As demand rises for circuits with higher performance, higher complexity, and decreased feature size, asynchronous (clockless) paradigms will become more widely used in the semiconductor industry, as evidenced by the International Technology Roadmap for Semiconductors’ (ITRS) prediction of a likely shift from synchronous to asynchronous design styles in order to increase circuit robustness, decrease power, and alleviate many clock-related issues 1. ITRS predicts that asynchronous circuits will account for 19% of chip area within the next 5 years, and 30% of chip area within the next 10 years 2. To meet this growing industry need, students in Computer Engineering should be introduced to asynchronous circuit design to make them more marketable and more prepared for the challenges faced by the digital design community for years to come.

1. Introduction

The development of synchronous circuits currently dominates the semiconductor design industry. However, there are major limiting factors to the synchronous, clocked approach, including the increasing difficulty of clock distribution, increasing clock rates, decreasing feature size, increasing power consumption, timing closure effort, and difficulty with design reuse. Asynchronous circuits require less power, generate less noise, produce less electro-magnetic interference (EMI), and allow for easier reuse of components, compared to their synchronous counterparts, without compromising performance.

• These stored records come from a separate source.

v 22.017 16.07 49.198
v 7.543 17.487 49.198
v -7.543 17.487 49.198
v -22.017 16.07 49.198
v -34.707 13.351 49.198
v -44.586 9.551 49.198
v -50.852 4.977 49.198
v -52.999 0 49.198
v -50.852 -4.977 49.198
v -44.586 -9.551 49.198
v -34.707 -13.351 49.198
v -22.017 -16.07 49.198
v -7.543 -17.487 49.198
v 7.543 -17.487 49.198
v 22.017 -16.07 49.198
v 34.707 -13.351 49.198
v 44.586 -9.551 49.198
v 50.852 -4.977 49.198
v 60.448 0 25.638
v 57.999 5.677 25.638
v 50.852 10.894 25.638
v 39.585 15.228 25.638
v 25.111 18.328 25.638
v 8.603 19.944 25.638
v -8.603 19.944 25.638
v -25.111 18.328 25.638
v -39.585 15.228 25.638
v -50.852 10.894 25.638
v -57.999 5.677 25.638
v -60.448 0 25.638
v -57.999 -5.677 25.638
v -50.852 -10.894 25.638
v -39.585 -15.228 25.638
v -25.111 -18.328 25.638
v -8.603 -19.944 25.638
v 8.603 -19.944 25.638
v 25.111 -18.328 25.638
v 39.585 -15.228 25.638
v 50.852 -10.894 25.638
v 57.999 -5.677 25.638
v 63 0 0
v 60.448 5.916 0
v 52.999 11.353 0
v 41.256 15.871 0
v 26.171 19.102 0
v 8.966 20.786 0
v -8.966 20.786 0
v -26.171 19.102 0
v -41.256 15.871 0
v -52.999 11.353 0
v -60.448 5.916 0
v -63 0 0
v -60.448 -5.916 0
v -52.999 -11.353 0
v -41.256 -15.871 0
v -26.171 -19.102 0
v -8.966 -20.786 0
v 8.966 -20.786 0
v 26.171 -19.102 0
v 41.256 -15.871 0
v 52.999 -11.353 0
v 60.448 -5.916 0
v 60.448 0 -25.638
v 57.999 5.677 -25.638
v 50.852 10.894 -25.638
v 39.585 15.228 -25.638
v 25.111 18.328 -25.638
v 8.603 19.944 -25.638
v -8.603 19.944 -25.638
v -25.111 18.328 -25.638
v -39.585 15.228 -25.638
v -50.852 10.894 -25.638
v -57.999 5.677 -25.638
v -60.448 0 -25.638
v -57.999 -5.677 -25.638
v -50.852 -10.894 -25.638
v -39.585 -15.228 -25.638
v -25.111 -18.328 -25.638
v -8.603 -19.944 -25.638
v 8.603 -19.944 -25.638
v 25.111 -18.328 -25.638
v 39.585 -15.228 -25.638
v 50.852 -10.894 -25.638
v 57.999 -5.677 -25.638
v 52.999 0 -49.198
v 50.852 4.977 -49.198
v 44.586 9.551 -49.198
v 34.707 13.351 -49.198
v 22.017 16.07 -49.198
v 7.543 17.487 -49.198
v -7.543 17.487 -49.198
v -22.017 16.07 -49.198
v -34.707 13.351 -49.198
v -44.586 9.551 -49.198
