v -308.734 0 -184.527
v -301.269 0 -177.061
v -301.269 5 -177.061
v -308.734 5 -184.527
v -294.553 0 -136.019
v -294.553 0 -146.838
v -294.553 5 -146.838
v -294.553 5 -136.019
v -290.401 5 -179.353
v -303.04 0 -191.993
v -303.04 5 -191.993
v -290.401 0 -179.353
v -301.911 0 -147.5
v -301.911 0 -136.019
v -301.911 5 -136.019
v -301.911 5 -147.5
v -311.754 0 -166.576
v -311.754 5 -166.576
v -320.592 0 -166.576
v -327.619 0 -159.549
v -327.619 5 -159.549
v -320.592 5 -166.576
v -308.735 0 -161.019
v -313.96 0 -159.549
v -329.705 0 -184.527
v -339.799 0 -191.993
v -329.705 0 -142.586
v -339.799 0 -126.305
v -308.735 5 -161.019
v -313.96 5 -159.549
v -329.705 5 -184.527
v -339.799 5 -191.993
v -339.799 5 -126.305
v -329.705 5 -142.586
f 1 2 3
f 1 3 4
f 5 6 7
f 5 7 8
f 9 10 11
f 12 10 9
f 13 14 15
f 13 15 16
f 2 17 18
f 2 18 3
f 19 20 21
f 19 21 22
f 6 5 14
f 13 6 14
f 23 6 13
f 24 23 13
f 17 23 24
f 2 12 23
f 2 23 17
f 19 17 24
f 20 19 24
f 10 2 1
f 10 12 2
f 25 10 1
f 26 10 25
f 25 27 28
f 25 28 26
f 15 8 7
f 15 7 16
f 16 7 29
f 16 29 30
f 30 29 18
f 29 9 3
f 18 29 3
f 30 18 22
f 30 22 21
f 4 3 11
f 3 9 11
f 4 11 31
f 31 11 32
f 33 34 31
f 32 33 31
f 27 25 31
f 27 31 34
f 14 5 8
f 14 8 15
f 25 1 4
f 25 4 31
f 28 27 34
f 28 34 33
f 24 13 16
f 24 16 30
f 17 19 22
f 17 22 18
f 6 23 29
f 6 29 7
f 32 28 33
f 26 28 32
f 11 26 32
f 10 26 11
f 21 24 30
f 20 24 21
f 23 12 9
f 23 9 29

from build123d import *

# Parameters (mm, degrees)
BOSS_EXTRUDE1_DEPTH = 5


with BuildPart() as part:
    # Sketch1 → Boss-Extrude1 (new body)
    with BuildSketch(Plane(origin=(0, 0, 0), x_dir=(1, 0, 0), z_dir=(0, 1, 0))):
        Polygon((-339.799413006, 126.304683991), (-339.799413006, 191.992892094), (-303.040106148, 191.992892094), (-290.400599698, 179.353385644), (-308.734522065, 161.019463277), (-294.552751732, 146.837692944), (-294.552751732, 136.018956443), (-301.910980799, 136.018956443), (-301.910980799, 147.500427473), (-313.95979318, 159.549239854), (-327.618746258, 159.549239854), (-320.592033082, 166.575953029), (-311.753745416, 166.575953029), (-301.268571849, 177.061126596), (-308.734454598, 184.527009345), (-329.704801732, 184.527009345), (-329.704801732, 142.586315078), align=None)
    extrude(amount=BOSS_EXTRUDE1_DEPTH)


solid = part.part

In most Computer Engineering curricula students are only taught the synchronous, clocked paradigm, and never even touch on asynchronous digital design. Those curricula that do mention asynchronous design do so only in passing; the students are not taught how to design asynchronous circuits. The widespread introduction of asynchronous digital design in the classroom is largely constrained by the lack of introductory educational materials. This paper presents one approach for integrating asynchronous circuit design into the undergraduate Computer Engineering curriculum, focusing on inclusion in two courses, one on Hardware Design Languages (HDLs), such as VHDL, and the other on VLSI.

The paper is organized into 5 sections. Section 2 presents an overview of asynchronous logic; Section 3 describes the asynchronous materials developed for use in undergraduate Computer Engineering courses; Section 4 depicts the original VHDL and VLSI course outlines and shows how these courses have been augmented to include the asynchronous materials; and Section 5 presents the outcomes of the first offerings of the VHDL and VLSI courses with the asynchronous materials included, and provides conclusions and directions for future work.

The authors gratefully acknowledge the support from the National Science Foundation under CCLI grant DUE-0536343.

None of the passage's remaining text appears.